Right now I'm sitting on the couch with Spencer--still in my exercise clothes (though I haven't exercised yet!), trying to finish up some work on Mind Organization for Moms. There are toys and pillows and blankets and fingerprints EVERYWHERE, but I will get to them in a minute. This is important...and there are about 7 minutes left on "Dora," so I've got a little window of time to write.
Over the past three months, hundreds of moms have given
Mind Organization for Moms a try. I've received some excellent suggestions and feedback (so a new and improved version is coming out in two weeks), and I've read dozens of exciting emails from moms who are noticing a distinct change in their lives as they're getting organized. It's a wonderful feeling to know that the hundreds of hours I've poured into this program are actually making a difference out there.
If you'd like to read a few inspiring testimonials, click
HERE.
Until September 1st, we're offering the entire program free to moms who share The Power of Moms with 30 friends. Want to read one of my FAVORITE emails? Here you go:
So recently I had "one of those days" (actually it seems I can make that statement at the end of most days lately). It was one of those days involving a teething baby, seven other children running in and out of my house, my daughter decorating her face with peanut butter, piles of dishes and loads of laundry screaming to be done, three cups of apple juice spilled (consecutively), realizing that two of my three toilets look scary (understatement), finding a very overdue medical bill, etc. I could go on, but why? This is nothing new to any of you.
This scenario probably sounds incredibly familiar, and I can almost guarantee that each off you have days that EASILY top this one. Now, I am not complaining (ok, maybe a little). I like to think of it as venting. I feel very blessed that I even have my sweet children, access to yummy peanut butter, and even nasty toilets to use.
The reason I am sharing this recent frustrating day with you is that I found a few red flags have been popping up in my mind lately. I feel like I am running a million miles an hour, but in a million different directions. At least if I were running that fast in one direction, I would be getting somewhere. However, I am not and as a result am falling further behind in life with . . . everything (oops).
So while I am not loving this situation, I have just kind of taken the attitude of "I just need to get through this day". Huge mistake, but I did not realize what a big mistake it was until lately. My "getting through," survival-type mindset has taken a toll. I have been grumpier with my husband
(just ask, or . . . maybe don't), less patient with my kids, losing my love of motherhood, and feeling very stuck.
So, am I sharing all this just for kicks? Nope. I am certain that there are a million other moms out there that feel this same way and there is no reason to stay "stuck".
My husband tried introducing me to a book called Getting Things Done and while I loved much of it and feel it has a lot of worthwhile information, I needed something more mom specific. Then a miracle happened, and I found this wonderful site called "The Power of Moms" and . . . they took the Getting Things Done book and made a mom-friendly version of it. YEAH!!! Someone loves me.

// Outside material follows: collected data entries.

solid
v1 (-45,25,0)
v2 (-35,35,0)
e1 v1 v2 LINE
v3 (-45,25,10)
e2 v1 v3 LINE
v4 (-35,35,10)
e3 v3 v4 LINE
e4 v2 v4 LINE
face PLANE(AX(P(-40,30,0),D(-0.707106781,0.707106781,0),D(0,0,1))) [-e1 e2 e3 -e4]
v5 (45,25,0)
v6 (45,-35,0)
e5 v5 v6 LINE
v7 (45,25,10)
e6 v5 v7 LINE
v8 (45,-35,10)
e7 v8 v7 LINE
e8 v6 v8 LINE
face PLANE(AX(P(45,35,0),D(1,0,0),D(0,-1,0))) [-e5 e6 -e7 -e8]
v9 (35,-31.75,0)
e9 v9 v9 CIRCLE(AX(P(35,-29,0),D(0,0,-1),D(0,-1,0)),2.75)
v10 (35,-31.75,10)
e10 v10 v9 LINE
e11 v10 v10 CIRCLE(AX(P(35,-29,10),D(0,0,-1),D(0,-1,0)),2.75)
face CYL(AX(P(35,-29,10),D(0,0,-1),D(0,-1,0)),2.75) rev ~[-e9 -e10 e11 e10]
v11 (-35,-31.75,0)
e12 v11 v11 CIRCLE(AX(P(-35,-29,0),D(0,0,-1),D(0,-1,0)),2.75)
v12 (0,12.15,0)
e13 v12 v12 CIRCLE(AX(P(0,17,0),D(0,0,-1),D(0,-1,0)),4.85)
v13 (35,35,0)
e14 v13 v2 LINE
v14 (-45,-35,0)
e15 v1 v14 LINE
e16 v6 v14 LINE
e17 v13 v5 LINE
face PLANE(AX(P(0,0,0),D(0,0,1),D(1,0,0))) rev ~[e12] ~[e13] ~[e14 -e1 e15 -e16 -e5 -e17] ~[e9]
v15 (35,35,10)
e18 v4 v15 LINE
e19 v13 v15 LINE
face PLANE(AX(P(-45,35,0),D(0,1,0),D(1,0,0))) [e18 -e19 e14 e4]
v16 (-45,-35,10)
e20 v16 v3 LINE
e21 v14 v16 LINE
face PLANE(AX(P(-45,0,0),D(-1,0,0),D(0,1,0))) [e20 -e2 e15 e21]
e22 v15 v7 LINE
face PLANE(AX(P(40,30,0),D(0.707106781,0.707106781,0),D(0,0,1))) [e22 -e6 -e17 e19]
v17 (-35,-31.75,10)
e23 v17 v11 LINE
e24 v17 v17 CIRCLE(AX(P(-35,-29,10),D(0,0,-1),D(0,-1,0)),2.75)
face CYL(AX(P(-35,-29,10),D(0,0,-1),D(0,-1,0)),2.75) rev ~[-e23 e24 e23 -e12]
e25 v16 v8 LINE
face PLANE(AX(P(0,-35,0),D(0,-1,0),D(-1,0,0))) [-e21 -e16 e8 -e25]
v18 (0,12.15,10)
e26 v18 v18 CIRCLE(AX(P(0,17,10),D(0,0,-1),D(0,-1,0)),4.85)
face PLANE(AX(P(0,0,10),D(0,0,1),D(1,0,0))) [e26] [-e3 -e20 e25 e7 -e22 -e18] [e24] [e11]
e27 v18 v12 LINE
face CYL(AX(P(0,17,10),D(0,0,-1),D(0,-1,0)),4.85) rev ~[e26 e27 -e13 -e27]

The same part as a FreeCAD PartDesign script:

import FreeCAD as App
import Part
import Sketcher
from FreeCAD import Vector
Q = App.Units.Quantity


def edges_at(feature, points):
    """Names of the edges that pass closest to the given points."""
    edges = feature.Shape.Edges
    near = lambda p: min(range(len(edges)), key=lambda i: edges[i].distToShape(Part.Vertex(*p))[0])
    return sorted({f"Edge{near(p) + 1}" for p in points})


def add_polygon(sketch, points):
    """Adds a closed chain of lines whose ends are joined by coincident constraints."""
    first, n = sketch.GeometryCount, len(points)
    for a, b in zip(points, points[1:] + points[:1]):
        sketch.addGeometry(Part.LineSegment(App.Vector(*a, 0), App.Vector(*b, 0)), False)
    for i in range(n):
        sketch.addConstraint(Sketcher.Constraint("Coincident", first + i, 2, first + (i + 1) % n, 1))

doc = App.newDocument("Part")
body = doc.addObject("PartDesign::Body", "Body")

sketch1 = body.newObject("Sketcher::SketchObject", "Sketch")
sketch1.AttachmentSupport = (doc.getObject("XY_Plane"), [""])
sketch1.MapMode = "FlatFace"
add_polygon(sketch1, [(-45, 35), (-45, -35), (45, -35), (45, 35)])
sketch1.addConstraint(Sketcher.Constraint("Vertical", 0))
sketch1.addConstraint(Sketcher.Constraint("Horizontal", 1))
sketch1.addConstraint(Sketcher.Constraint("Vertical", 2))
sketch1.addConstraint(Sketcher.Constraint("Horizontal", 3))
sketch1.addConstraint(Sketcher.Constraint("Symmetric", 0, 2, 2, 2, -1, 1))
sketch1.addConstraint(Sketcher.Constraint("DistanceX", 1, 1, 1, 2, Q("90 mm")))
sketch1.addConstraint(Sketcher.Constraint("DistanceY", 0, 2, 0, 1, Q("70 mm")))
pad1 = body.newObject("PartDesign::Pad", "Pad")
pad1.Profile = sketch1
pad1.Length = 10

sketch2 = body.newObject("Sketcher::SketchObject", "Sketch001")
sketch2.AttachmentSupport = (doc.getObject("XY_Plane"), [""])
sketch2.MapMode = "FlatFace"
sketch2.AttachmentOffset = App.Placement(Vector(0, 0, 10), App.Rotation())
sketch2.addGeometry(Part.Circle(Vector(0, 17, 0), Vector(0, 0, 1), 4.8), False)
sketch2.addConstraint(Sketcher.Constraint("PointOnObject", 0, 3, -2))
sketch2.addConstraint(Sketcher.Constraint("Diameter", 0, Q("9.7 mm")))
sketch2.addConstraint(Sketcher.Constraint("DistanceY", -1, 1, 0, 3, Q("17 mm")))
doc.recompute()
hole = body.newObject("PartDesign::Hole", "Hole")
hole.Profile = sketch2
hole.ThreadType = "None"
hole.Diameter = 9.7
hole.DepthType = "ThroughAll"

sketch3 = body.newObject("Sketcher::SketchObject", "Sketch002")
sketch3.AttachmentSupport = (doc.getObject("XY_Plane"), [""])
sketch3.MapMode = "FlatFace"
sketch3.AttachmentOffset = App.Placement(Vector(0, 0, 10), App.Rotation())
sketch3.addGeometry(Part.Circle(Vector(-35, -29, 0), Vector(0, 0, 1), 2.8), False)
sketch3.addGeometry(Part.Circle(Vector(35, -29, 0), Vector(0, 0, 1), 2.8), False)
sketch3.addConstraint(Sketcher.Constraint("Equal", 0, 1))
sketch3.addConstraint(Sketcher.Constraint("Symmetric", 0, 3, 1, 3, -2))
sketch3.addConstraint(Sketcher.Constraint("Diameter", 0, Q("5.5 mm")))
sketch3.addConstraint(Sketcher.Constraint("DistanceX", 0, 3, -1, 1, Q("35 mm")))
sketch3.addConstraint(Sketcher.Constraint("DistanceY", 0, 3, -1, 1, Q("29 mm")))
doc.recompute()
hole2 = body.newObject("PartDesign::Hole", "Hole001")
hole2.Profile = sketch3
hole2.ThreadType = "None"
hole2.Diameter = 5.5
hole2.DepthType = "ThroughAll"
doc.recompute()

chamfer = body.newObject("PartDesign::Chamfer", "Chamfer")
chamfer.Base = (hole2, edges_at(hole2, [(-45, 35, 5), (45, 35, 5)]))
chamfer.Size = 10

doc.recompute()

I love this website. It offers the kind of support ever mom needs: sharing frustrations, sharing solutions, sharing great ideas, sharing ways to love motherhood, and sharing how to grow yourself as a mom. I think I may get unstuck. They even have a newsletter they send out, "Question of the Week," and "A Monthly Value".
I love this because I think it will help me to grow and feel more connected to other moms and myself (which is something I have kind of lost lately).

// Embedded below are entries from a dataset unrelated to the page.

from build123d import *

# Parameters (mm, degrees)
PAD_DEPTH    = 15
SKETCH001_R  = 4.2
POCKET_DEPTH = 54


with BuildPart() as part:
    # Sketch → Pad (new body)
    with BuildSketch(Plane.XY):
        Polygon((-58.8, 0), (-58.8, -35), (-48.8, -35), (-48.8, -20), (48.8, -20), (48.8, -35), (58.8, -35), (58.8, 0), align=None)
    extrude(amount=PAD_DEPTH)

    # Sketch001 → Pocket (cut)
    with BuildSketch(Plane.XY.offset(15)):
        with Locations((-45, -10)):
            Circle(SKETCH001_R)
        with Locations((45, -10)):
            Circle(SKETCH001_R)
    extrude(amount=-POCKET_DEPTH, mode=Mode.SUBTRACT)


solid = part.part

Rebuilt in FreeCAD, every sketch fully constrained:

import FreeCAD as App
import Part
import Sketcher

V = App.Vector


def add_polygon(sketch, points):
    """Adds a closed chain of lines whose ends are joined by coincident constraints."""
    first, n = sketch.GeometryCount, len(points)
    for a, b in zip(points, points[1:] + points[:1]):
        sketch.addGeometry(Part.LineSegment(App.Vector(*a, 0), App.Vector(*b, 0)), False)
    for i in range(n):
        sketch.addConstraint(Sketcher.Constraint("Coincident", first + i, 2, first + (i + 1) % n, 1))

doc = App.newDocument("Part")
body = doc.addObject("PartDesign::Body", "Body")

# Sketch on XY plane
sketch1 = doc.addObject("Sketcher::SketchObject", "Sketch")
body.addObject(sketch1)
sketch1.AttachmentSupport = (doc.XY_Plane, [""])
sketch1.MapMode = "FlatFace"
add_polygon(sketch1, [(-58.8, 0), (-58.8, -35), (-48.8, -35), (-48.8, -20), (48.8, -20), (48.8, -35), (58.8, -35), (58.8, 0)])  # lines 0-7
sketch1.addConstraint([
    Sketcher.Constraint("Vertical", 0),
    Sketcher.Constraint("Horizontal", 1),
    Sketcher.Constraint("Vertical", 2),
    Sketcher.Constraint("Horizontal", 3),
    Sketcher.Constraint("Vertical", 4),
    Sketcher.Constraint("Horizontal", 5),
    Sketcher.Constraint("Vertical", 6),
    Sketcher.Constraint("Horizontal", 7),
    Sketcher.Constraint("Symmetric", 6, 2, 7, 2, -1, 1),
    Sketcher.Constraint("Symmetric", 1, 2, 4, 2, -2),
    Sketcher.Constraint("DistanceX", 1, 1, 1, 2, 10.0),
    Sketcher.Constraint("DistanceY", 0, 2, 0, 1, 35.0),
    Sketcher.Constraint("DistanceY", 2, 1, 2, 2, 15.0),
    Sketcher.Constraint("DistanceX", 3, 1, 3, 2, 97.6),
])
pad1 = doc.addObject("PartDesign::Pad", "Pad")
body.addObject(pad1)
pad1.Profile = sketch1
pad1.Length = 15

# Sketch on XY plane
sketch2 = doc.addObject("Sketcher::SketchObject", "Sketch001")
body.addObject(sketch2)
sketch2.AttachmentSupport = (doc.XY_Plane, [""])
sketch2.MapMode = "FlatFace"
sketch2.AttachmentOffset = App.Placement(V(0, 0, 15), App.Rotation())
sketch2.addGeometry([
    Part.Circle(V(-45, -10, 0), V(0, 0, 1), 4.2),
    Part.Circle(V(45, -10, 0), V(0, 0, 1), 4.2),
], False)
sketch2.addConstraint([
    Sketcher.Constraint("Equal", 0, 1),
    Sketcher.Constraint("Symmetric", 0, 3, 1, 3, -2),
    Sketcher.Constraint("Diameter", 0, 8.4),
    Sketcher.Constraint("DistanceX", 0, 3, -1, 1, 45.0),
    Sketcher.Constraint("DistanceY", 0, 3, -1, 1, 10.0),
])
pocket1 = doc.addObject("PartDesign::Pocket", "Pocket")
body.addObject(pocket1)
pocket1.Profile = sketch2
pocket1.Length = 54

doc.recompute()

I really do not want to have to grin and bare it through these next several years of motherhood and feel like I am doomed to never grow mentally, spiritually, or emotionally.
I am hoping that if you are in need of something like this site (and my money says you are), that you will take the time to check it out and feel a little more motivation in motherhood, not give up on yourself, and reignite the love of the lifestyle we have chosen. I really hope you enjoy it. Here is a link: http://www.powerofmoms.com/
Thanks for reading my novel (it's my first one)!

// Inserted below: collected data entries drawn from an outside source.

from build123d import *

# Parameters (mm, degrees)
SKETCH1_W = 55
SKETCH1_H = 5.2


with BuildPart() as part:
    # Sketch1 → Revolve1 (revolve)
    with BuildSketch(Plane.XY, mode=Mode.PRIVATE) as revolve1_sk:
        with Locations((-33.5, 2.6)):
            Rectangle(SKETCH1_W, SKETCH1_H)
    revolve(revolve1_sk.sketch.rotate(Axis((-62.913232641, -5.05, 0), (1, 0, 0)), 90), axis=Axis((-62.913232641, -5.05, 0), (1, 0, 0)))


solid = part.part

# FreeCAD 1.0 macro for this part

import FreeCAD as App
import Part
import Sketcher


def add_polygon(sketch, points):
    """Adds a closed chain of lines whose ends are joined by coincident constraints."""
    first, n = sketch.GeometryCount, len(points)
    for a, b in zip(points, points[1:] + points[:1]):
        sketch.addGeometry(Part.LineSegment(App.Vector(*a, 0), App.Vector(*b, 0)), False)
    for i in range(n):
        sketch.addConstraint(Sketcher.Constraint("Coincident", first + i, 2, first + (i + 1) % n, 1))

doc = App.newDocument("Part")
params = doc.addObject("Spreadsheet::Sheet", "Params")
for row, (alias, value) in enumerate([
    ("sketch1_width", "55 mm"),
    ("sketch1_height", "5.2 mm"),
    ("revolution_angle", "360 deg"),
], start=1):
    params.set(f"A{row}", alias)
    params.set(f"B{row}", "=" + value)
    params.setAlias(f"B{row}", alias)

body = doc.addObject("PartDesign::Body", "Body")

sketch1 = body.newObject("Sketcher::SketchObject", "Sketch")
sketch1.AttachmentSupport = (doc.getObject("XY_Plane"), [""])
sketch1.MapMode = "FlatFace"
add_polygon(sketch1, [(-61, 5), (-61, 0), (-6, 0), (-6, 5)])
sketch1.addGeometry(Part.LineSegment(App.Vector(-61, -5, 0), App.Vector(-6, -5, 0)), True)
sketch1.addConstraint(Sketcher.Constraint("Vertical", 0))
sketch1.addConstraint(Sketcher.Constraint("Horizontal", 1))
sketch1.addConstraint(Sketcher.Constraint("Vertical", 2))
sketch1.addConstraint(Sketcher.Constraint("Horizontal", 3))
sketch1.addConstraint(Sketcher.Constraint("Horizontal", 4))
sketch1.addConstraint(Sketcher.Constraint("PointOnObject", 0, 2, -1))
sketch1.addConstraint(Sketcher.Constraint("Vertical", 3, 2, 4, 1))
sketch1.addConstraint(Sketcher.Constraint("Vertical", 2, 2, 4, 2))
sketch1.addConstraint(Sketcher.Constraint("DistanceX", 1, 1, 1, 2, 55.0))
sketch1.addConstraint(Sketcher.Constraint("DistanceY", 0, 2, 0, 1, 5.2))
sketch1.addConstraint(Sketcher.Constraint("DistanceX", 0, 2, -1, 1, 61.0))
sketch1.addConstraint(Sketcher.Constraint("DistanceY", 4, 1, -1, 1, 5.05))
sketch1.setExpression("Constraints[12]", "Params.sketch1_width")
sketch1.setExpression("Constraints[13]", "Params.sketch1_height")
revolution = body.newObject("PartDesign::Revolution", "Revolution")
revolution.Profile = sketch1
revolution.ReferenceAxis = (sketch1, ["Axis0"])
revolution.setExpression("Angle", "Params.revolution_angle")

doc.recompute()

I LOVED this email. It totally made my day. Not because this mom is struggling, but because she's finding that there is hope. I know there are millions of moms out there who need hope. They're feeling tired, frustrated, angry...you name it. I get that. I feel it sometimes, too, but because I've learned how to deal with those feelings, they don't get the best of me.
Now I just need to figure out how to take this hope out to all the mothers in the world. If you have any ideas, please share them!
Okay, Dora is over. I think I'll get cleaning! And, as my friend Susan says, "Make it a great day!"